### EXERCISE PROMPT
For each line of the data that includes the word "with", copy the line.

### Stored data entries
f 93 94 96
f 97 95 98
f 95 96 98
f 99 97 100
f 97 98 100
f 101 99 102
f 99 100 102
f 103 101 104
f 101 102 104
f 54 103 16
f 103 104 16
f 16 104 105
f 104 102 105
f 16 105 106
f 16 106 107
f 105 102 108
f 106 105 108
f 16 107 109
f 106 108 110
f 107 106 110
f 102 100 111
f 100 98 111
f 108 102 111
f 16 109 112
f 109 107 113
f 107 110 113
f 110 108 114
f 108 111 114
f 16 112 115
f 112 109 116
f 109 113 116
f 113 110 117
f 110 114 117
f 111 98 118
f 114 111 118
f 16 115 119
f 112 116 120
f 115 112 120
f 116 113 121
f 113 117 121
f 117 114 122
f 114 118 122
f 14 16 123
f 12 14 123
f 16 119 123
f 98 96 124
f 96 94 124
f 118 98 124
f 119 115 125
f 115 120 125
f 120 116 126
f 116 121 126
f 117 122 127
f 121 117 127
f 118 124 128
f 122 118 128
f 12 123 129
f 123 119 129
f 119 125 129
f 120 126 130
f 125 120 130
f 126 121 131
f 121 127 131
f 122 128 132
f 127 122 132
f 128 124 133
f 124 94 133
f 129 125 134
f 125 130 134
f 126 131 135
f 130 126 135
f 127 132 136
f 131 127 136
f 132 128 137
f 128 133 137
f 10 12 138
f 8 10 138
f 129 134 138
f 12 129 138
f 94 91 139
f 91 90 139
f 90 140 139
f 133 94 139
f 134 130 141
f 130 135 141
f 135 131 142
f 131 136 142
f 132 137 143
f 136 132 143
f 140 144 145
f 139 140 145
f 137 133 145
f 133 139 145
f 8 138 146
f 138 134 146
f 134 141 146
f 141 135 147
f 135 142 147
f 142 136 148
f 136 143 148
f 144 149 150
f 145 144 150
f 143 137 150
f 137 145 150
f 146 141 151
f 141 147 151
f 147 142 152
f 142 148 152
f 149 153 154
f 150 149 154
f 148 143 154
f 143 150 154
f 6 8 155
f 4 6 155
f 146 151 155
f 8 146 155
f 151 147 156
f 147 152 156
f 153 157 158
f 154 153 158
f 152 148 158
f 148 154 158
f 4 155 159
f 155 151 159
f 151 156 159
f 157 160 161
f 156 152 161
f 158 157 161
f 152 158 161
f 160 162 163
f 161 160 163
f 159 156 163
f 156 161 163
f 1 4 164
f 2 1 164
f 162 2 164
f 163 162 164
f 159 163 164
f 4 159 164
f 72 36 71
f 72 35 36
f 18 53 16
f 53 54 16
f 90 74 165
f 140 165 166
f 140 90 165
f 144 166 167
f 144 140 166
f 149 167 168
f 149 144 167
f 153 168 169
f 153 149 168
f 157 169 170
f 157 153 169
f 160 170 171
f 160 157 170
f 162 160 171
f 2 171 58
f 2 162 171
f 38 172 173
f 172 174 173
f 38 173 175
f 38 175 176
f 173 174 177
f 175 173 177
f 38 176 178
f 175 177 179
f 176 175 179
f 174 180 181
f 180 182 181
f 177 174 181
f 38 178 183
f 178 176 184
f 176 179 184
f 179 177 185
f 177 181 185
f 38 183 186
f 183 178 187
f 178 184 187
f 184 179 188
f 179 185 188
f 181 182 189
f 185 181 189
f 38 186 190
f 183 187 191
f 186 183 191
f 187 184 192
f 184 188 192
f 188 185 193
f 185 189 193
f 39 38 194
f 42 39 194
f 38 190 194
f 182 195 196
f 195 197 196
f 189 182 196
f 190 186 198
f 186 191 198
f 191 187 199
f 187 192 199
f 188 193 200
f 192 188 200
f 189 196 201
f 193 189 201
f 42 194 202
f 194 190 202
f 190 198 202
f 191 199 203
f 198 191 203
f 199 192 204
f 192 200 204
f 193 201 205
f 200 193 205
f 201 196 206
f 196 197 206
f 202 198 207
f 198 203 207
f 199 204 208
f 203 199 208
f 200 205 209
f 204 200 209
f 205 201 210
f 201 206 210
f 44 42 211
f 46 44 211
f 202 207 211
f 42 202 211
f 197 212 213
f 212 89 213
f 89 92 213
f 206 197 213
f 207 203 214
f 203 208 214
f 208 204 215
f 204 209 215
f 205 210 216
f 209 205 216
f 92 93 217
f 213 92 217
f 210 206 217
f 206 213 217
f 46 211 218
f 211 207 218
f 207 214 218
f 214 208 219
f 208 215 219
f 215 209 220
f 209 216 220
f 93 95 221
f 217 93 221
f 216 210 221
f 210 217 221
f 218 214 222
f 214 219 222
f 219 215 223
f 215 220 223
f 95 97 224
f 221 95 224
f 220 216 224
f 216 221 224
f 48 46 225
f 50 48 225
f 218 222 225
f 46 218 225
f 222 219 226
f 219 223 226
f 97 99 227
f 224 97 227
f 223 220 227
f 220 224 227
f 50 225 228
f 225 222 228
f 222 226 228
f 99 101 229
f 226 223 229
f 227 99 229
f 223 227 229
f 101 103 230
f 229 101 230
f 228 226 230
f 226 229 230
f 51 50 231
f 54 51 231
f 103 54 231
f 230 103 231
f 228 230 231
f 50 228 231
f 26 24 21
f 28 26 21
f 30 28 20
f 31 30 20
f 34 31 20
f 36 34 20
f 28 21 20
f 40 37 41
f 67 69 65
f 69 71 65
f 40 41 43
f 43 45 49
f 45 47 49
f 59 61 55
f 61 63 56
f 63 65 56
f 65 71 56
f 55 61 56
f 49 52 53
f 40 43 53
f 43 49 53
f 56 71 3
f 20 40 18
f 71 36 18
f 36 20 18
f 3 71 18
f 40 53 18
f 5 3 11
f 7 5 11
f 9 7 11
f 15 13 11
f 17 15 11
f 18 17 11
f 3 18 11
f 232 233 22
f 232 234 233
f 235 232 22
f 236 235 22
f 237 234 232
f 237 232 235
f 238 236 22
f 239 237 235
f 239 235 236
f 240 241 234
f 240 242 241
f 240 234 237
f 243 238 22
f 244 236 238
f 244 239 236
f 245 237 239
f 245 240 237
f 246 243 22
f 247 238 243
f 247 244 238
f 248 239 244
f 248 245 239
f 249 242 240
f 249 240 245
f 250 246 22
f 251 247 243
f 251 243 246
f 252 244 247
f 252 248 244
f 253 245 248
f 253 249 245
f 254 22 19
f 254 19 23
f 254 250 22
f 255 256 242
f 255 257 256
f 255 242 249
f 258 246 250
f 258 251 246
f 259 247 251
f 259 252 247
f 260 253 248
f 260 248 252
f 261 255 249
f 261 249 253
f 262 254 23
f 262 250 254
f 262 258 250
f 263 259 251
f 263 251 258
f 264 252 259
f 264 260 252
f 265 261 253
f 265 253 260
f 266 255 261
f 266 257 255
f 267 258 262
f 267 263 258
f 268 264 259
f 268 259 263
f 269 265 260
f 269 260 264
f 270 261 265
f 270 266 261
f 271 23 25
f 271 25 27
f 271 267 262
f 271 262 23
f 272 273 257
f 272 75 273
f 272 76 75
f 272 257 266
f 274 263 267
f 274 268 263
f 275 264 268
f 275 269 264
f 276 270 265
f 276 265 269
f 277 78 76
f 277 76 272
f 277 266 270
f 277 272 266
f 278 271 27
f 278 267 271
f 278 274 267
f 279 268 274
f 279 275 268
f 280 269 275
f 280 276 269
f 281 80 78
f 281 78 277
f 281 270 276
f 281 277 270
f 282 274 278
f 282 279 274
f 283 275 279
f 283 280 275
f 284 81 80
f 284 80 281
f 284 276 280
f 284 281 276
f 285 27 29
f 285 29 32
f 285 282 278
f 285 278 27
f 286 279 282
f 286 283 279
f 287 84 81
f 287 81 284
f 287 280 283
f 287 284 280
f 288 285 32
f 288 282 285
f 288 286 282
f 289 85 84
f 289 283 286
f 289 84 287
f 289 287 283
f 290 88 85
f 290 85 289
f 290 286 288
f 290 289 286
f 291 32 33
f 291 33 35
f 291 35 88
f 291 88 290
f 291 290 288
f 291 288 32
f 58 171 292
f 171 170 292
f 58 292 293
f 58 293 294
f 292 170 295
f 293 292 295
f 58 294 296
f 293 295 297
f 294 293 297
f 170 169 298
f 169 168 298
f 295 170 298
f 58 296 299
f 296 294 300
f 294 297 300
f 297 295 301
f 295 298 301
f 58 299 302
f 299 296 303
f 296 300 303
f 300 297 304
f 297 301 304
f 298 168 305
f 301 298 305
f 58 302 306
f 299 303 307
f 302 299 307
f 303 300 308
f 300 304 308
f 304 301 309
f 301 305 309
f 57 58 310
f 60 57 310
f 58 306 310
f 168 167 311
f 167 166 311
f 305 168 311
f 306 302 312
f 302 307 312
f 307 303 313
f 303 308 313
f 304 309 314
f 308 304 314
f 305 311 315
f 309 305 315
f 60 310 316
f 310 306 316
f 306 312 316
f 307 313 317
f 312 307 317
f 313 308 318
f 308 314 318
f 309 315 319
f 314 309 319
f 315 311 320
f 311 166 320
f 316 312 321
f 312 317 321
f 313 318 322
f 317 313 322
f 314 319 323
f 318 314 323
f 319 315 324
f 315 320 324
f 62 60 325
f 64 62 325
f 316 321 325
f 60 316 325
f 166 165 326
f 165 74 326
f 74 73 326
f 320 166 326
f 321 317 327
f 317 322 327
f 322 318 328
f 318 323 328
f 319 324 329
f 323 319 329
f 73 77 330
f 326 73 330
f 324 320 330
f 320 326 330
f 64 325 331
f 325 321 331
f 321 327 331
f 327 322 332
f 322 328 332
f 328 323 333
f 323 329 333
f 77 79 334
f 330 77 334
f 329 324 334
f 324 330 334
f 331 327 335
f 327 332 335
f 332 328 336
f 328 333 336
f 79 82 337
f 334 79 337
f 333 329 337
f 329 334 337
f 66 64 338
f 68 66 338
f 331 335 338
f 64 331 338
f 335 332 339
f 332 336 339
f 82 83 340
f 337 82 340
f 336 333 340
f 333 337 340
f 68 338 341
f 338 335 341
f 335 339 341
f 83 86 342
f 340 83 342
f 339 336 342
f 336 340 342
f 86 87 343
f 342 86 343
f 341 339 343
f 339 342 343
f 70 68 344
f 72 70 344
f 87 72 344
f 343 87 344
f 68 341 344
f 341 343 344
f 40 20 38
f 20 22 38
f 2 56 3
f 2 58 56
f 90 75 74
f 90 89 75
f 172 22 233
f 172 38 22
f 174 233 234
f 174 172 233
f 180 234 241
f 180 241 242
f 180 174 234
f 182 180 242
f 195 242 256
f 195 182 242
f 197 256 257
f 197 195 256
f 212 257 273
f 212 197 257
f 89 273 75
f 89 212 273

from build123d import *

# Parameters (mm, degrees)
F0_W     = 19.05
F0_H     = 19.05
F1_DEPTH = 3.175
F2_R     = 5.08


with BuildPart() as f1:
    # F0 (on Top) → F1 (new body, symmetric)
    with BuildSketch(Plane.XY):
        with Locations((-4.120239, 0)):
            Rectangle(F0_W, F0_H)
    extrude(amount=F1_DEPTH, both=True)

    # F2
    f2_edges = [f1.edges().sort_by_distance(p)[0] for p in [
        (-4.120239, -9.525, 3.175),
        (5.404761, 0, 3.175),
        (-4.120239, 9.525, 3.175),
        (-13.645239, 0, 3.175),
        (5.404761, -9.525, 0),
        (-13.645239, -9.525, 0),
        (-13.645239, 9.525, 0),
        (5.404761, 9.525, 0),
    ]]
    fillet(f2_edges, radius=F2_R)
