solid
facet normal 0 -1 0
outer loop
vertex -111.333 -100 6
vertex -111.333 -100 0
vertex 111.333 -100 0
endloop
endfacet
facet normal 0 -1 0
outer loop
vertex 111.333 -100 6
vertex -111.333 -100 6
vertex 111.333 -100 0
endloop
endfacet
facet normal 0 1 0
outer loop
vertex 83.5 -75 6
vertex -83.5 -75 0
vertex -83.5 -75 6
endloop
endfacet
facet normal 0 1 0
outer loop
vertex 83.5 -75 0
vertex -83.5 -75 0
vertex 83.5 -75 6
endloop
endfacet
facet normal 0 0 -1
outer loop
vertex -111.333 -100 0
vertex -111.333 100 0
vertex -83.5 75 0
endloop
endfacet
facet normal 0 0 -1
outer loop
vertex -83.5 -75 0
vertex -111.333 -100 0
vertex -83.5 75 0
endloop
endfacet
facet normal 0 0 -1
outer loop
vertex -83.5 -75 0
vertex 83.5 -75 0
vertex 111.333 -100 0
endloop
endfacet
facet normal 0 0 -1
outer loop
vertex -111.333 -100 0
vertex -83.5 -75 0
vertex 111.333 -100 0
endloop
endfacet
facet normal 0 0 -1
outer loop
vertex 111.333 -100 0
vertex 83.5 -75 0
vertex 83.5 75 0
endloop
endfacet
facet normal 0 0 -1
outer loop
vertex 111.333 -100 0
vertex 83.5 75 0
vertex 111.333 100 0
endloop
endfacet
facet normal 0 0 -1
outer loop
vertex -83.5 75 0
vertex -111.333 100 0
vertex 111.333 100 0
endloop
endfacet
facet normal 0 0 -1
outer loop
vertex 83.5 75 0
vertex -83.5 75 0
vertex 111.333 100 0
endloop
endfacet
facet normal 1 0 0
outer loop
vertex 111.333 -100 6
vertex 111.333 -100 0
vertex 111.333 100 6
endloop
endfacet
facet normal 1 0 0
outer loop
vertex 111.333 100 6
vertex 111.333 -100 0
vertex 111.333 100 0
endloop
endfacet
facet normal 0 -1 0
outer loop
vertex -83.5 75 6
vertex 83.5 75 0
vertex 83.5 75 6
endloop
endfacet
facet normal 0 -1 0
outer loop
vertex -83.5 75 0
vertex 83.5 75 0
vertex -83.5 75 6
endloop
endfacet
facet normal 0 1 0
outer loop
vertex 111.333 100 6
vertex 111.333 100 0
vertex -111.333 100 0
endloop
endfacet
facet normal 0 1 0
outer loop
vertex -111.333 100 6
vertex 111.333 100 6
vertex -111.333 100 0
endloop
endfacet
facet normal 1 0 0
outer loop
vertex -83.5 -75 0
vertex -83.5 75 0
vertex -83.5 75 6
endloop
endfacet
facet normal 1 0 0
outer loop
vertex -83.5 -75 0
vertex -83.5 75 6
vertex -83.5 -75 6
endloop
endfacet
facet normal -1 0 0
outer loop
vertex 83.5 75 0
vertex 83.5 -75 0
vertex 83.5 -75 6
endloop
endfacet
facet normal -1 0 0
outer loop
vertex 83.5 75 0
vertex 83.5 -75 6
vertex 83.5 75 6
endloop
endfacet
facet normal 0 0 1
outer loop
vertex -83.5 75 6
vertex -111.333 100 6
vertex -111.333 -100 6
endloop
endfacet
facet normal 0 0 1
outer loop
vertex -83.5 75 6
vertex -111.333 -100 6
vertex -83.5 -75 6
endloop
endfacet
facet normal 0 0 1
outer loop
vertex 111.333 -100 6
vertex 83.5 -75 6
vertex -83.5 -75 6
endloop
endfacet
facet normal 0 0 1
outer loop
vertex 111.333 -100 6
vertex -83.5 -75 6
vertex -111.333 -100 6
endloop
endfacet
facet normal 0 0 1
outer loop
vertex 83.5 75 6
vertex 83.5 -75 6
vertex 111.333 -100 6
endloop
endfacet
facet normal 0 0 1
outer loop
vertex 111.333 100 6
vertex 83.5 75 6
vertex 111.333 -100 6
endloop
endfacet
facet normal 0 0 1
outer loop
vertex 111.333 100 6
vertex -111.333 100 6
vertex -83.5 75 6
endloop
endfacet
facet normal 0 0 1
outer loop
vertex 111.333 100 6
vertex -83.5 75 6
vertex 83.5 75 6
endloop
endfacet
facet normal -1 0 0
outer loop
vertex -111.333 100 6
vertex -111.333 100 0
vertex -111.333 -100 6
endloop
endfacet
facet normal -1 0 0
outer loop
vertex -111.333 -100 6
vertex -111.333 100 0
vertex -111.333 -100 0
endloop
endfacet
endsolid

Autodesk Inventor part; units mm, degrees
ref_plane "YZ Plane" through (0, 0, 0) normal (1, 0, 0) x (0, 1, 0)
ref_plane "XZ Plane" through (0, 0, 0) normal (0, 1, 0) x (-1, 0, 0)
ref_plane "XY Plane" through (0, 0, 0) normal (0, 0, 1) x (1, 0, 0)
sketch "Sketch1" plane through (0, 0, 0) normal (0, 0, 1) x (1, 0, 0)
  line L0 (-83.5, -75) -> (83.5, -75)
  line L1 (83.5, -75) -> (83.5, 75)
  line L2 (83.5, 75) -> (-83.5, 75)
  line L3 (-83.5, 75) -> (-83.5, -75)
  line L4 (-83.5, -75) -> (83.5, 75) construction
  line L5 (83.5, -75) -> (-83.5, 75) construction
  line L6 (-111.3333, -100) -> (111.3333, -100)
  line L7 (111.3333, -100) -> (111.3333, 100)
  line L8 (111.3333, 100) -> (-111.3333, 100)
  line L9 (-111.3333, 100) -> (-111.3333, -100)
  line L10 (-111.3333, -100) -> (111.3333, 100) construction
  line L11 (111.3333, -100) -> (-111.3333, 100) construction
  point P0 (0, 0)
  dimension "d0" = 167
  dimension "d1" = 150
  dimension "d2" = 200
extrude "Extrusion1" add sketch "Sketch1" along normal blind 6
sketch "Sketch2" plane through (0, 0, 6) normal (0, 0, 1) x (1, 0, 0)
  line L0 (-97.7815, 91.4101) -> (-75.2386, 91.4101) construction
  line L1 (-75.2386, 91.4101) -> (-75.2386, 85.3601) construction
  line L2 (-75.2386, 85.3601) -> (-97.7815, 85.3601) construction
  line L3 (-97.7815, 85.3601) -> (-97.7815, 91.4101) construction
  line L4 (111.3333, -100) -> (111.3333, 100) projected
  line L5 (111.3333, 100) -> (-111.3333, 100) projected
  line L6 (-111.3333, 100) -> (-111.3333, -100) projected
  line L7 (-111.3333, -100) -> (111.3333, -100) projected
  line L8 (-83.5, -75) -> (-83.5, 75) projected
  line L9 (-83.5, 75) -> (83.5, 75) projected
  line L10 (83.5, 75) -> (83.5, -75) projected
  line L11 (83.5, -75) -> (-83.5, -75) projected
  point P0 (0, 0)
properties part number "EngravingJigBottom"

### ANSWER
with BuildPart() as f1:
    with BuildSketch(Plane.XY):
        with Locations((-4.120239, 0)):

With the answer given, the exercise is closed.